Primeiro fiquei frenética ante a possibilidade de ir num lugar tão inusitado para mim. Mas agora, que falta uma semana para a minha partida, experimento certa dose de medo. Primeiro profissional. Imagine, faz muito tempo que não coordeno um grupo. Acabei de fazer a primeira parte da apostila de noções sobre moda, artesanato e criatividade, acho que ficou ótima, mas não conseguir imaginar como são essas pessoas me dá um frio na barriga. Depois tenho medo de não me hospedarem num lugar legal, que eu tenha que conviver com bichinhos ou, o que é pior, gente má. Tem também a grande novidade, só revelada nesta sexta: Tenho que adequar meu conteúdo em 100h. Imagine! É muita raça de tempo! Tenho medo de entediar as meninas e me sentir fracassada. E por fim esta questão do tempo, cinco horas diárias dão um mês de Mucuri‼! É muito tempo para mim, ir para tão longe, cheia de coisas aqui, perder Guarapari com Mamis (nós duas planejamos tanto fazer uma coisa só nós)…

Mas são medinhos, coisas que preciso considerar como bobas.

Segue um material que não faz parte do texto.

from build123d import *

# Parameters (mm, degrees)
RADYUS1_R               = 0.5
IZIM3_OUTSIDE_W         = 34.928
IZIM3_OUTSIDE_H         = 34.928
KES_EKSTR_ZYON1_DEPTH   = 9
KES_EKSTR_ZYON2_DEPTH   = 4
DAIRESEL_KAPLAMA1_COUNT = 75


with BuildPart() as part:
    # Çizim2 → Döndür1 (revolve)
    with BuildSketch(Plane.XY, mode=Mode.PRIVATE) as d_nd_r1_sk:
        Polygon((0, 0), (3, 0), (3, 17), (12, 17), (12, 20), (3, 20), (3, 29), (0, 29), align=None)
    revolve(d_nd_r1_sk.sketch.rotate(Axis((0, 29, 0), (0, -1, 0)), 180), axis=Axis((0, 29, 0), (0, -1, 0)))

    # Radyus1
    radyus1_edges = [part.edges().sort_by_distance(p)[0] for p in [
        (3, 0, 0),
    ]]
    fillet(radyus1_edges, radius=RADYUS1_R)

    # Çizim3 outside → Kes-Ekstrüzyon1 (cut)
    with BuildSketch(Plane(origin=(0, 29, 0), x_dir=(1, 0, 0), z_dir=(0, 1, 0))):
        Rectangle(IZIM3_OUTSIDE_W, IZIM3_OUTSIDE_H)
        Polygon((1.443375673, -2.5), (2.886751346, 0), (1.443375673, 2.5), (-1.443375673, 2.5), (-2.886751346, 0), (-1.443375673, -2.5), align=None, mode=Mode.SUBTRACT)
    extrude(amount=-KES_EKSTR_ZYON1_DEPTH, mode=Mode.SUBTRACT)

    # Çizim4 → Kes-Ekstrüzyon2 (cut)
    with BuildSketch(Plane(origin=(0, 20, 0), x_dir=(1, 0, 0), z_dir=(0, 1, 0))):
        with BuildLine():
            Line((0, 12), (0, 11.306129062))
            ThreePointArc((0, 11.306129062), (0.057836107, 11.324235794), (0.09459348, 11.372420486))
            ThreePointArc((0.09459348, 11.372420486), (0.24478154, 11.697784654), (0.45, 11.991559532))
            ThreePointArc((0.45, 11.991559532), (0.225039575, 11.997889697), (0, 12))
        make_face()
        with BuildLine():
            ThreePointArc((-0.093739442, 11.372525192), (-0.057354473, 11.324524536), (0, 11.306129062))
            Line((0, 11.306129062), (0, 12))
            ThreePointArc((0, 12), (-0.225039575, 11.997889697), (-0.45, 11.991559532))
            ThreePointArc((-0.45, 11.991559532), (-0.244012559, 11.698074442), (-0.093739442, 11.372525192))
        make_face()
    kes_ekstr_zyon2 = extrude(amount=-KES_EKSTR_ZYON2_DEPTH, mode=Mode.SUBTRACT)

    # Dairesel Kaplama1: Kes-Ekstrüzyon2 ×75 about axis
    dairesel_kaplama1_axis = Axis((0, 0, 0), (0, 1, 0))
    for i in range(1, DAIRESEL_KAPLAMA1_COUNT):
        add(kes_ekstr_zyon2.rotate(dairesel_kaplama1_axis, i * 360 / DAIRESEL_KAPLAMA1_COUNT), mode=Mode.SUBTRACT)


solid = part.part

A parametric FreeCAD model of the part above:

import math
import FreeCAD as App
import Part
import Sketcher
from FreeCAD import Vector
Q = App.Units.Quantity


def edges_at(feature, points):
    """Names of the edges that pass closest to the given points."""
    edges = feature.Shape.Edges
    near = lambda p: min(range(len(edges)), key=lambda i: edges[i].distToShape(Part.Vertex(*p))[0])
    return sorted({f"Edge{near(p) + 1}" for p in points})

doc = App.newDocument("Part")
params = doc.addObject("Spreadsheet::Sheet", "Params")
for row, (alias, value) in enumerate([
    ("sketch1_width", "3 mm"),
    ("sketch1_width2", "9 mm"),
    ("sketch1_height", "17 mm"),
    ("revolution_angle", "360 deg"),
    ("fillet_radius", "0.5 mm"),
    ("pocket1_length", "9 mm"),
    ("sketch3_radius", "2 mm"),
    ("sketch3_radius2", "0.1 mm"),
    ("pocket2_length", "4 mm"),
], start=1):
    params.set(f"A{row}", alias)
    params.set(f"B{row}", "=" + value)
    params.setAlias(f"B{row}", alias)

body = doc.addObject("PartDesign::Body", "Body")

# Sketch on XY plane
sketch1 = body.newObject("Sketcher::SketchObject", "Sketch")
sketch1.AttachmentSupport = (doc.getObject("XY_Plane"), [""])
sketch1.MapMode = "FlatFace"
sketch1.addGeometry([
    Part.LineSegment(Vector(0, 0, 0), Vector(3, 0, 0)),  # 0
    Part.LineSegment(Vector(3, 0, 0), Vector(3, 17, 0)),  # 1
    Part.LineSegment(Vector(3, 17, 0), Vector(12, 17, 0)),  # 2
    Part.LineSegment(Vector(12, 17, 0), Vector(12, 20, 0)),  # 3
    Part.LineSegment(Vector(12, 20, 0), Vector(3, 20, 0)),  # 4
    Part.LineSegment(Vector(3, 20, 0), Vector(3, 29, 0)),  # 5
    Part.LineSegment(Vector(3, 29, 0), Vector(0, 29, 0)),  # 6
    Part.LineSegment(Vector(0, 29, 0), Vector(0, 0, 0)),  # 7
], False)
sketch1.addConstraint([
    Sketcher.Constraint("Coincident", 0, 2, 1, 1),
    Sketcher.Constraint("Coincident", 1, 2, 2, 1),
    Sketcher.Constraint("Coincident", 2, 2, 3, 1),
    Sketcher.Constraint("Coincident", 3, 2, 4, 1),
    Sketcher.Constraint("Coincident", 4, 2, 5, 1),
    Sketcher.Constraint("Coincident", 5, 2, 6, 1),
    Sketcher.Constraint("Coincident", 6, 2, 7, 1),
    Sketcher.Constraint("Coincident", 7, 2, 0, 1),
    Sketcher.Constraint("Horizontal", 0),
    Sketcher.Constraint("Vertical", 1),
    Sketcher.Constraint("Horizontal", 2),
    Sketcher.Constraint("Vertical", 3),
    Sketcher.Constraint("Horizontal", 4),
    Sketcher.Constraint("Vertical", 5),
    Sketcher.Constraint("Horizontal", 6),
    Sketcher.Constraint("Vertical", 7),
    Sketcher.Constraint("Coincident", 7, 2, -1, 1),
    Sketcher.Constraint("Vertical", 1, 2, 4, 2),
    Sketcher.Constraint("Equal", 6, 3),
    Sketcher.Constraint("Equal", 4, 5),
    Sketcher.Constraint("DistanceX", 0, 1, 0, 2, 3.0),
    Sketcher.Constraint("DistanceX", 2, 1, 2, 2, 9.0),
    Sketcher.Constraint("DistanceY", 1, 1, 1, 2, 17.0),
])
sketch1.setExpression("Constraints[20]", "Params.sketch1_width")
sketch1.setExpression("Constraints[21]", "Params.sketch1_width2")
sketch1.setExpression("Constraints[22]", "Params.sketch1_height")
revolution = body.newObject("PartDesign::Revolution", "Revolution")
revolution.Profile = sketch1
revolution.ReferenceAxis = (sketch1, ["V_Axis"])
revolution.setExpression("Angle", "Params.revolution_angle")
doc.recompute()

fillet = body.newObject("PartDesign::Fillet", "Fillet")
fillet.Base = (revolution, edges_at(revolution, [(3, 0, 0)]))
fillet.setExpression("Radius", "Params.fillet_radius")

# Sketch on XZ plane
sketch2 = body.newObject("Sketcher::SketchObject", "Sketch001")
sketch2.AttachmentSupport = (doc.getObject("XZ_Plane"), [""])
sketch2.MapMode = "FlatFace"
sketch2.AttachmentOffset = App.Placement(Vector(0, 0, -29), App.Rotation())
sketch2.addGeometry([
    Part.LineSegment(Vector(-17.5, -17.5, 0), Vector(-17.5, 17.5, 0)),  # 0
    Part.LineSegment(Vector(-17.5, 17.5, 0), Vector(17.5, 17.5, 0)),  # 1
    Part.LineSegment(Vector(17.5, 17.5, 0), Vector(17.5, -17.5, 0)),  # 2
    Part.LineSegment(Vector(17.5, -17.5, 0), Vector(-17.5, -17.5, 0)),  # 3
    Part.LineSegment(Vector(2.9, 0, 0), Vector(1.4, 2.5, 0)),  # 4
    Part.LineSegment(Vector(1.4, 2.5, 0), Vector(-1.4, 2.5, 0)),  # 5
    Part.LineSegment(Vector(-1.4, 2.5, 0), Vector(-2.9, 0, 0)),  # 6
    Part.LineSegment(Vector(-2.9, 0, 0), Vector(-1.4, -2.5, 0)),  # 7
    Part.LineSegment(Vector(-1.4, -2.5, 0), Vector(1.4, -2.5, 0)),  # 8
    Part.LineSegment(Vector(1.4, -2.5, 0), Vector(2.9, 0, 0)),  # 9
], False)
sketch2.addConstraint([
    Sketcher.Constraint("Coincident", 0, 2, 1, 1),
    Sketcher.Constraint("Coincident", 1, 2, 2, 1),
    Sketcher.Constraint("Coincident", 2, 2, 3, 1),
    Sketcher.Constraint("Coincident", 3, 2, 0, 1),
    Sketcher.Constraint("Coincident", 4, 2, 5, 1),
    Sketcher.Constraint("Coincident", 5, 2, 6, 1),
    Sketcher.Constraint("Coincident", 6, 2, 7, 1),
    Sketcher.Constraint("Coincident", 7, 2, 8, 1),
    Sketcher.Constraint("Coincident", 8, 2, 9, 1),
    Sketcher.Constraint("Coincident", 9, 2, 4, 1),
    Sketcher.Constraint("Vertical", 0),
    Sketcher.Constraint("Horizontal", 1),
    Sketcher.Constraint("Vertical", 2),
    Sketcher.Constraint("Horizontal", 3),
    Sketcher.Constraint("Horizontal", 5),
    Sketcher.Constraint("Horizontal", 8),
    Sketcher.Constraint("Symmetric", 0, 2, 2, 2, -1, 1),
    Sketcher.Constraint("Symmetric", 4, 2, 7, 2, -1, 1),
    Sketcher.Constraint("Symmetric", 6, 2, 9, 2, -1, 1),
    Sketcher.Constraint("PointOnObject", 6, 2, -1),
    Sketcher.Constraint("Parallel", 6, 9),
    Sketcher.Constraint("Vertical", 5, 2, 7, 2),
    Sketcher.Constraint("Equal", 3, 0),
    Sketcher.Constraint("Angle", 4, Q("120 deg")),
    Sketcher.Constraint("DistanceY", 7, 2, 5, 2, 5.0),
    Sketcher.Constraint("DistanceX", 1, 1, 1, 2, 34.928),
    Sketcher.Constraint("DistanceX", 5, 2, 5, 1, 2.886751),
])
pocket1 = body.newObject("PartDesign::Pocket", "Pocket")
pocket1.Profile = sketch2
pocket1.setExpression("Length", "Params.pocket1_length")
pocket1.Reversed = True

# Sketch on XZ plane
sketch3 = body.newObject("Sketcher::SketchObject", "Sketch002")
sketch3.AttachmentSupport = (doc.getObject("XZ_Plane"), [""])
sketch3.MapMode = "FlatFace"
sketch3.AttachmentOffset = App.Placement(Vector(0, 0, -20), App.Rotation())
sketch3.addGeometry([
    Part.ArcOfCircle(Part.Circle(Vector(0, -11.41, 0), Vector(0, 0, 1), 0.1), math.radians(20), math.radians(90)),  # 0
    Part.ArcOfCircle(Part.Circle(Vector(2, -10.69, 0), Vector(0, 0, 1), 2.02), math.radians(-160), math.radians(-140)),  # 1
    Part.ArcOfCircle(Part.Circle(Vector(0, 0, 0), Vector(0, 0, 1), 12), math.radians(-90), math.radians(-87.85)),  # 2
    Part.ArcOfCircle(Part.Circle(Vector(0, 0, 0), Vector(0, 0, 1), 12), math.radians(-92.15), math.radians(-90)),  # 3
    Part.ArcOfCircle(Part.Circle(Vector(-1.98, -10.7, 0), Vector(0, 0, 1), 2), math.radians(-40), math.radians(-20)),  # 4
    Part.ArcOfCircle(Part.Circle(Vector(0, -11.41, 0), Vector(0, 0, 1), 0.1), math.radians(90), math.radians(160)),  # 5
], False)
sketch3.addConstraint([
    Sketcher.Constraint("Tangent", 0, 1, 1, 1),
    Sketcher.Constraint("Coincident", 1, 2, 2, 2),
    Sketcher.Constraint("Tangent", 2, 1, 3, 2),
    Sketcher.Constraint("Coincident", 3, 1, 4, 1),
    Sketcher.Constraint("Tangent", 4, 2, 5, 2),
    Sketcher.Constraint("Tangent", 5, 1, 0, 2),
    Sketcher.Constraint("Coincident", 2, 3, -1, 1),
    Sketcher.Constraint("Equal", 2, 3),
    Sketcher.Constraint("Equal", 0, 5),
    Sketcher.Constraint("PointOnObject", 2, 1, -2),
    Sketcher.Constraint("PointOnObject", 5, 1, -2),
    Sketcher.Constraint("Horizontal", 1, 2, 3, 1),
    Sketcher.Constraint("Radius", 4, 2.0),
    Sketcher.Constraint("Radius", 0, 0.1),
    Sketcher.Constraint("DistanceX", -1, 1, 1, 3, 2.0),
    Sketcher.Constraint("DistanceY", 2, 1, -1, 1, 12.0),
    Sketcher.Constraint("DistanceX", 3, 1, 1, 2, 0.9),
    Sketcher.Constraint("Radius", 1, 2.023847),
    Sketcher.Constraint("DistanceY", 0, 3, -1, 1, 11.406128),
])
sketch3.setExpression("Constraints[12]", "Params.sketch3_radius")
sketch3.setExpression("Constraints[13]", "Params.sketch3_radius2")
pocket2 = body.newObject("PartDesign::Pocket", "Pocket001")
pocket2.Profile = sketch3
pocket2.setExpression("Length", "Params.pocket2_length")
pocket2.Reversed = True
doc.recompute()

polarpattern = body.newObject("PartDesign::PolarPattern", "PolarPattern")
polarpattern.Originals = [pocket2]
polarpattern.Axis = (doc.getObject("Y_Axis"), [""])
polarpattern.Angle = 360
polarpattern.Occurrences = 75
body.Tip = polarpattern

doc.recompute()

Porque até agora tudo parece estar dando tão certo! Mudei também o plano inicial: Tinha resolvido correr aqui com a montagem do curso para passar em Belo Horizonte e fazer a compra do material lá. Contudo, descobri que esta possibilidade é inviável. Tenho que estar em Setubinha daqui há uma semana e ia perder muito tempo. Preciso me virar por aqui mesmo e pensar que sou a Marin Frist, de Men in Trees, minha série de TV predileta na atualidade. Eu sei, lá não é o Alasca. Eu sei, não há fartura de homens sensíveis. Mas ter no currículo um coração partido e ter a incrível missão de levar Chanel, Schiaparelli, Dior, Balenciaga, Courrèges e Laurent pro meio do nada nos faz um pouco parecidas.